Crimson Dragoon said:


> Just going by the pictures, you know Ghost Rider is going to win.


By scaring the shit outta them?

Uchihas are known for having nerves of steel, you know.


----------



## Ax_ (Jan 28, 2008)

Locard said:


> By scaring the shit outta them?
> 
> Uchihas are known for having nerves of steel, you know.



And both of them have killed alot of people, and are now planning on killing each other.
Hello, Penance Stare...


----------



## neodragzero (Jan 28, 2008)

Ax_ said:


> Hello, Penance Stare...



Yeah. Especially when it works upon Dr.Strange and he's a pretty good bloke. Sasuke and Itachi...I'm sure being annoyingly emo and douche baggy equals an even worser stomp than that; even without the little matter of him being incredibly more powerful than those two.


----------



## Crimson Dragoon (Jan 28, 2008)

*Sighs*

Ghost Rider respect thread.

Superior durability, strength, and quite possibly speed.


----------



## Ax_ (Jan 28, 2008)

"Being emo" doesn't really count as evil under any moral system I know of, though.
Of course, killing people to gather your team for revenge on the other hand...


----------



## dragonquesthero (Jan 28, 2008)

Seriously..? Ghost rider for... his strength, and speed.


----------



## Ax_ (Jan 28, 2008)

Penance Stare would hurt them so much more, though...
Being beaten by looking into the eye of someone, instead of the other way around...


----------



## HumanWine (Jan 28, 2008)

His Eye Haxx is better than theirs. Itachi get mind/eyeball/WTF/PWN fucked cuz he's a damn murderer.
I dont know if Sasuke has killed anyone but GR will ride circles around him until Sasuke is dead.


----------



## Slips (Jan 28, 2008)

Ax_ said:


> And both of them have killed alot of people, and are now planning on killing each other.
> Hello, Penance Stare...



He wouldnt even bother with PS. He certainly wouldnt need it


----------



## Butō Rengoob (Jan 28, 2008)

_In the areas of Strength and durability maybe. But PS will not work on Sasuke period, he's never killed and saying he's done it off screen honestly doesn't count. If everything's allowed then Sasuke can also summon Manda. Given that they're most likely faster then it could turn into a stalemate possibly with Itachi ending up dead._


----------



## neodragzero (Jan 28, 2008)

Joe Gear said:


> _In the areas of Strength and durability maybe.

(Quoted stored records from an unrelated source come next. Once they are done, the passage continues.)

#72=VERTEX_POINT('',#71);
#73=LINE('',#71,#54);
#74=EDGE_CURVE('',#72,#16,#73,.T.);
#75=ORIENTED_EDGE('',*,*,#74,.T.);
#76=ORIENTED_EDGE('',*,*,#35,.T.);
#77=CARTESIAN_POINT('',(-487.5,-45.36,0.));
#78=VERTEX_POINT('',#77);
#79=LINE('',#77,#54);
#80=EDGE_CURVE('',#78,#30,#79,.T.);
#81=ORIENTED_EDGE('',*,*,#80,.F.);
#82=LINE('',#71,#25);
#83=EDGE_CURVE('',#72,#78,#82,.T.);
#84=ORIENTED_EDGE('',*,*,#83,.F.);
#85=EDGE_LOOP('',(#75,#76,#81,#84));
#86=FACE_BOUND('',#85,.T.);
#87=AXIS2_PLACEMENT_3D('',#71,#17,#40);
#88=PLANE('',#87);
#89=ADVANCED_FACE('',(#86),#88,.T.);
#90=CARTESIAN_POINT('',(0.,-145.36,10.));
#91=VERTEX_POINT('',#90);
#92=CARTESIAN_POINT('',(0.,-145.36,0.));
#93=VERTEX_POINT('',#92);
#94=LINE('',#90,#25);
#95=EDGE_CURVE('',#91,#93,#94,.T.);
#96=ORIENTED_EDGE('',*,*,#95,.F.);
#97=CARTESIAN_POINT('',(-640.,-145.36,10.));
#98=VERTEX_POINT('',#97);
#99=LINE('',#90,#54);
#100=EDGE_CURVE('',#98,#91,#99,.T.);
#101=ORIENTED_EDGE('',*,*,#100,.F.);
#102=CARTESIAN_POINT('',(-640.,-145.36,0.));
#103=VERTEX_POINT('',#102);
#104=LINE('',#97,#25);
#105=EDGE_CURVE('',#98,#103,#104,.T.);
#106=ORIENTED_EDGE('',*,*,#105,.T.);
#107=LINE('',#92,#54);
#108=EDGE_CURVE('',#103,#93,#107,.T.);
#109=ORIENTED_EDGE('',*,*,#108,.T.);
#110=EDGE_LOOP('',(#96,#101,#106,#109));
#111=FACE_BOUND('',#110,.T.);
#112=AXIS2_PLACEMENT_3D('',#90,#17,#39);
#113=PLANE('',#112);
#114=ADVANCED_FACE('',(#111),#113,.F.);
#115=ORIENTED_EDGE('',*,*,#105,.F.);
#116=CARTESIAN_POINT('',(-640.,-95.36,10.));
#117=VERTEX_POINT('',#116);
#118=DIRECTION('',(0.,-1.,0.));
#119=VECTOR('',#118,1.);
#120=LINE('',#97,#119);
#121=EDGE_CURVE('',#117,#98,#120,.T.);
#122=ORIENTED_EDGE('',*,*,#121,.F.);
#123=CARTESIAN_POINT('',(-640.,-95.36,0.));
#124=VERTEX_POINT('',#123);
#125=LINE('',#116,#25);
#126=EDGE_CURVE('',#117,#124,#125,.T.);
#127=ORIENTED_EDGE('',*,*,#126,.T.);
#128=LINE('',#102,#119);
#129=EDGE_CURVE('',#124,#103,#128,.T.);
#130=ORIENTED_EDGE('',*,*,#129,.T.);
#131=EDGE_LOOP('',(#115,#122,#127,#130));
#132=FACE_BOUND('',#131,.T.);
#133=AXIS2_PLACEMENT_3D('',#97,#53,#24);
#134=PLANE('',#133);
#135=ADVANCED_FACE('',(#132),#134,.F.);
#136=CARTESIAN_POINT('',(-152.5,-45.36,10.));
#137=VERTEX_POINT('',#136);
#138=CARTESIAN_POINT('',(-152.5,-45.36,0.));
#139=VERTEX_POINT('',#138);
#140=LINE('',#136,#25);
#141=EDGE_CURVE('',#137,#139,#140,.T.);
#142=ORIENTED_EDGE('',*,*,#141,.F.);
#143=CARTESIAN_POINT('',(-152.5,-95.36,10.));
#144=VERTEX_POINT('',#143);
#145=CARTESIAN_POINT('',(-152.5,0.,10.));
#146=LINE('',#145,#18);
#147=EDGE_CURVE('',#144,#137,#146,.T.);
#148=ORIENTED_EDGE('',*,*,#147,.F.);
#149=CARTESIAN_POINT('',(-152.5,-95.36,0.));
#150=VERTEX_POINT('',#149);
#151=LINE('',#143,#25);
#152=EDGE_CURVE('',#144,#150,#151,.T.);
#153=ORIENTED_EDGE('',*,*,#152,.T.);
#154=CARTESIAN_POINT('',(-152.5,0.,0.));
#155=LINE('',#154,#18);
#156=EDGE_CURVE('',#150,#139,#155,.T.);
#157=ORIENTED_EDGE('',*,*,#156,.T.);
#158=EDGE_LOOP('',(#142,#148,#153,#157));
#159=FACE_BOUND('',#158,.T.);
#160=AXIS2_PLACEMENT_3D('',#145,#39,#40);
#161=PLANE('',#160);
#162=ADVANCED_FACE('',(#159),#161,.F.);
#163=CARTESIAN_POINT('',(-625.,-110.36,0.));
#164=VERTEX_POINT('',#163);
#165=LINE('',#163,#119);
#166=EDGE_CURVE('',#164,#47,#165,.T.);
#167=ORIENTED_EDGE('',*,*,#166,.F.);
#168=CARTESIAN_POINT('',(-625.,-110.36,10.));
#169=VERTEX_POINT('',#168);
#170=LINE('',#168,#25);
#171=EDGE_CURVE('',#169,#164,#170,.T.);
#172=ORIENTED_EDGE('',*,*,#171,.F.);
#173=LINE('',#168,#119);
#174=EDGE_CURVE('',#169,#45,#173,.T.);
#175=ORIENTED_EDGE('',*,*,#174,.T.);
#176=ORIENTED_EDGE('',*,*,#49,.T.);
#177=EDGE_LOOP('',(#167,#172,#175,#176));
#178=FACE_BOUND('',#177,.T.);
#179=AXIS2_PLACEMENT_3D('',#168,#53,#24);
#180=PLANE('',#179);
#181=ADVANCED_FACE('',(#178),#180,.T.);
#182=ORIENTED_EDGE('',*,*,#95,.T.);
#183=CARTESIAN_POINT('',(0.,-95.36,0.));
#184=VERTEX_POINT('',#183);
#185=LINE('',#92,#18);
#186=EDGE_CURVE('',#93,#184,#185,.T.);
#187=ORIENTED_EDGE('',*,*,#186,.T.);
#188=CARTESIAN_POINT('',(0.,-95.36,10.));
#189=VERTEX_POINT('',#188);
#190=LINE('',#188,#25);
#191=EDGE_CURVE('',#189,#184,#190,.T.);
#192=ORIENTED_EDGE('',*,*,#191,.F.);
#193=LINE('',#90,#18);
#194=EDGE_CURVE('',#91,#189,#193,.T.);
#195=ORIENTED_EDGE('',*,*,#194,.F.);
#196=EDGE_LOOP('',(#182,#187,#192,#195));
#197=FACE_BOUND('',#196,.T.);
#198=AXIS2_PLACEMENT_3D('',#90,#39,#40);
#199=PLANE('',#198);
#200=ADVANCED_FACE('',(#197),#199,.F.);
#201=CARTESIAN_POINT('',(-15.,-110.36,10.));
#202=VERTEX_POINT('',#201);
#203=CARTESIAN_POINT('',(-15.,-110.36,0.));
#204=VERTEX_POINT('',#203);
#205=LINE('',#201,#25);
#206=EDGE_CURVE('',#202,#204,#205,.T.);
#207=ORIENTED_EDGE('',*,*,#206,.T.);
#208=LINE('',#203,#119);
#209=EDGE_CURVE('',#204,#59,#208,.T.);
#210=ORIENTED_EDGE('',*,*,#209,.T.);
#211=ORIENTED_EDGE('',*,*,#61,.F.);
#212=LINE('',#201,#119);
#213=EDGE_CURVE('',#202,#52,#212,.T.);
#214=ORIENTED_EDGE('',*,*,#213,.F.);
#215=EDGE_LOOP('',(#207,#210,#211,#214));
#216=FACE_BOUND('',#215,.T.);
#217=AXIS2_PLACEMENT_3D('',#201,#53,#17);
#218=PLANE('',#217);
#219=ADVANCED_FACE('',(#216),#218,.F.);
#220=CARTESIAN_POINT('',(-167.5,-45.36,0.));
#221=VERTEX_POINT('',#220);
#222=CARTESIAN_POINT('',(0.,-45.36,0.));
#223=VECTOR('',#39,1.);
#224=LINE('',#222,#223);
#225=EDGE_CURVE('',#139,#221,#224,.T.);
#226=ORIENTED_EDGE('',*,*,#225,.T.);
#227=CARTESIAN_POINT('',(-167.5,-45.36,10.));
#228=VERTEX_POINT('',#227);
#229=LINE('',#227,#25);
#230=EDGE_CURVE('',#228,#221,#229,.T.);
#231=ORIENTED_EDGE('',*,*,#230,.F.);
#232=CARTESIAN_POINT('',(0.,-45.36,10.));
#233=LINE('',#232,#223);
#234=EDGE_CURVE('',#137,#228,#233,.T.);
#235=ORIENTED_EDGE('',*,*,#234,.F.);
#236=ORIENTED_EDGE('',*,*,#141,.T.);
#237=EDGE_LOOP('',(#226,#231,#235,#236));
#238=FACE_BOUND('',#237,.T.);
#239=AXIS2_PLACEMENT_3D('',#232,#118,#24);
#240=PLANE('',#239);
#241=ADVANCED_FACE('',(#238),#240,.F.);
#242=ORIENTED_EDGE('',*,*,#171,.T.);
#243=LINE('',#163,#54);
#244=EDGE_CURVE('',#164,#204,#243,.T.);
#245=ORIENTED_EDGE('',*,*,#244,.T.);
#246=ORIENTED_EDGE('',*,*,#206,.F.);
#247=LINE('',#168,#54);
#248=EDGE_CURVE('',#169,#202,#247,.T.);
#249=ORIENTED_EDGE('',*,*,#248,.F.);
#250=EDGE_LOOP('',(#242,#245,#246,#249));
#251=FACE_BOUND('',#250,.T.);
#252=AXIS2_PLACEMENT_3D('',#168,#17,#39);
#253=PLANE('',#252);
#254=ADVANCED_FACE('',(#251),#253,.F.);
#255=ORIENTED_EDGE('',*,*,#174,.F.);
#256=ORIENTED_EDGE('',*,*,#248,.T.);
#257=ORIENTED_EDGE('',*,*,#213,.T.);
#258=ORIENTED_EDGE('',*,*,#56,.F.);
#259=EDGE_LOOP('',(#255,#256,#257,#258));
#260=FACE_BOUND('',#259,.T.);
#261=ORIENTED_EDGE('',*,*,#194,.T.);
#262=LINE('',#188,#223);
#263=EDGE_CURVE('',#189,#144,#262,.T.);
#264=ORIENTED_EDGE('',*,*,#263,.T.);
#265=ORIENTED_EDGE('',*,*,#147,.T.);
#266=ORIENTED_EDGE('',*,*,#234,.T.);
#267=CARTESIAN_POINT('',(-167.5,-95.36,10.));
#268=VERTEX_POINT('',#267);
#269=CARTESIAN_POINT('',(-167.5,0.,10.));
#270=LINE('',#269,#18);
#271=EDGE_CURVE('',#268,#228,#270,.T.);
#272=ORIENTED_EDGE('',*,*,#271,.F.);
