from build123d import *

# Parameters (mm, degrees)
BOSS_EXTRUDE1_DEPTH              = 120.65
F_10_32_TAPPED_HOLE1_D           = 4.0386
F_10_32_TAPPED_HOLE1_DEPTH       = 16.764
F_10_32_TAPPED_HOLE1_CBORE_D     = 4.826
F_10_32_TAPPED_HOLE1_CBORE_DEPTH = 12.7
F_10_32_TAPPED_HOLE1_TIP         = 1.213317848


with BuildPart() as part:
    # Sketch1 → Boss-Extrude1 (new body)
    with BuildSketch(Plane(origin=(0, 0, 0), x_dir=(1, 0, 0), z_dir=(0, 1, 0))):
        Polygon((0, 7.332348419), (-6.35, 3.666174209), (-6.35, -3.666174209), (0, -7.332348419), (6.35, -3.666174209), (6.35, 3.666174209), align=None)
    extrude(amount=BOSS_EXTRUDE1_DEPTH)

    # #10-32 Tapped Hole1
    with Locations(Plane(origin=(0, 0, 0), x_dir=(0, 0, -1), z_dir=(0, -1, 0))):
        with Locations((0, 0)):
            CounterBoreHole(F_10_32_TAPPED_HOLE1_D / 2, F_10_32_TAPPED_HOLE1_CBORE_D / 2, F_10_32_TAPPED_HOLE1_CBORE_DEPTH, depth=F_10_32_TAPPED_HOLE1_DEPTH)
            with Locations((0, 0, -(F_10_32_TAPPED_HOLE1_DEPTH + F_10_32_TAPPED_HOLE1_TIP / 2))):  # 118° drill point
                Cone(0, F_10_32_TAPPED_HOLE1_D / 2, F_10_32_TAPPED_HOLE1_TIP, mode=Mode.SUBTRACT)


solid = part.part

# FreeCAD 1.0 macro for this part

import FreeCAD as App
import Part
import Sketcher
from FreeCAD import Vector
Q = App.Units.Quantity


def add_polygon(sketch, points):
    """Adds a closed chain of lines whose ends are joined by coincident constraints."""
    first, n = sketch.GeometryCount, len(points)
    for a, b in zip(points, points[1:] + points[:1]):
        sketch.addGeometry(Part.LineSegment(App.Vector(*a, 0), App.Vector(*b, 0)), False)
    for i in range(n):
        sketch.addConstraint(Sketcher.Constraint("Coincident", first + i, 2, first + (i + 1) % n, 1))

doc = App.newDocument("Part")
params = doc.addObject("Spreadsheet::Sheet", "Params")
for row, (alias, value) in enumerate([
    ("pad1_length", "4.75 in"),
    ("sketch2_diameter", "0.159 in"),
    ("hole_diameter", "0.159 in"),
    ("hole_depth", "0.66 in"),
    ("hole_cbore_diameter", "0.19 in"),
    ("hole_cbore_depth", "0.5 in"),
], start=1):
    params.set(f"A{row}", alias)
    params.set(f"B{row}", "=" + value)
    params.setAlias(f"B{row}", alias)

body = doc.addObject("PartDesign::Body", "Body")

# Sketch on XZ plane
sketch1 = body.newObject("Sketcher::SketchObject", "Sketch")
sketch1.AttachmentSupport = (doc.getObject("XZ_Plane"), [""])
sketch1.MapMode = "FlatFace"
add_polygon(sketch1, [(0, -7), (-6, -4), (-6, 4), (0, 7), (6, 4), (6, -4)])  # lines 0-5
sketch1.addConstraint([
    Sketcher.Constraint("Vertical", 1),
    Sketcher.Constraint("Vertical", 4),
    Sketcher.Constraint("Symmetric", 0, 2, 3, 2, -1, 1),
    Sketcher.Constraint("Symmetric", 2, 2, 5, 2, -1, 1),
    Sketcher.Constraint("PointOnObject", 2, 2, -2),
    Sketcher.Constraint("Parallel", 2, 5),
    Sketcher.Constraint("Horizontal", 1, 2, 3, 2),
    Sketcher.Constraint("Angle", 0, Q("150 deg")),
    Sketcher.Constraint("DistanceX", 1, 2, 3, 2, Q("0.5 in")),
    Sketcher.Constraint("DistanceY", 1, 1, 1, 2, Q("7.332348 mm")),
])
pad1 = body.newObject("PartDesign::Pad", "Pad")
pad1.Profile = sketch1
pad1.setExpression("Length", "Params.pad1_length")
pad1.Reversed = True

# Sketch on XZ plane
sketch2 = body.newObject("Sketcher::SketchObject", "Sketch001")
sketch2.AttachmentSupport = (doc.getObject("XZ_Plane"), [""])
sketch2.MapMode = "FlatFace"
sketch2.addGeometry(Part.Circle(Vector(0, 0, 0), Vector(0, 0, 1), 2), False)
sketch2.addConstraint([
    Sketcher.Constraint("Coincident", 0, 3, -1, 1),
    Sketcher.Constraint("Diameter", 0, Q("0.159 in")),
])
sketch2.setExpression("Constraints[1]", "Params.sketch2_diameter")
doc.recompute()
hole = body.newObject("PartDesign::Hole", "Hole")
hole.Profile = sketch2
hole.ThreadType = "None"
hole.setExpression("Diameter", "Params.hole_diameter")
hole.DepthType = "Dimension"
hole.setExpression("Depth", "Params.hole_depth")
hole.DrillPoint = "Angled"
hole.DrillPointAngle = 118
hole.HoleCutType = "Counterbore"
hole.setExpression("HoleCutDiameter", "Params.hole_cbore_diameter")
hole.setExpression("HoleCutDepth", "Params.hole_cbore_depth")

doc.recompute()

But PS will not work on Sasuke period, he's never killed and saying he's done it off screen honestly doesn't count. If everything's allowed then Sasuke can also summon Manda. Given that they're most likely faster then it could turn into a stalemate possibly with Itachi ending up dead._



Neither has Dr.Strange killed anyone while he's a decent enough guy but the penance star still nearly killed him. The same can't be said about a backstabbing emo of a Uchiha.


> "Being emo" doesn't really count as evil under any moral system I know of, though.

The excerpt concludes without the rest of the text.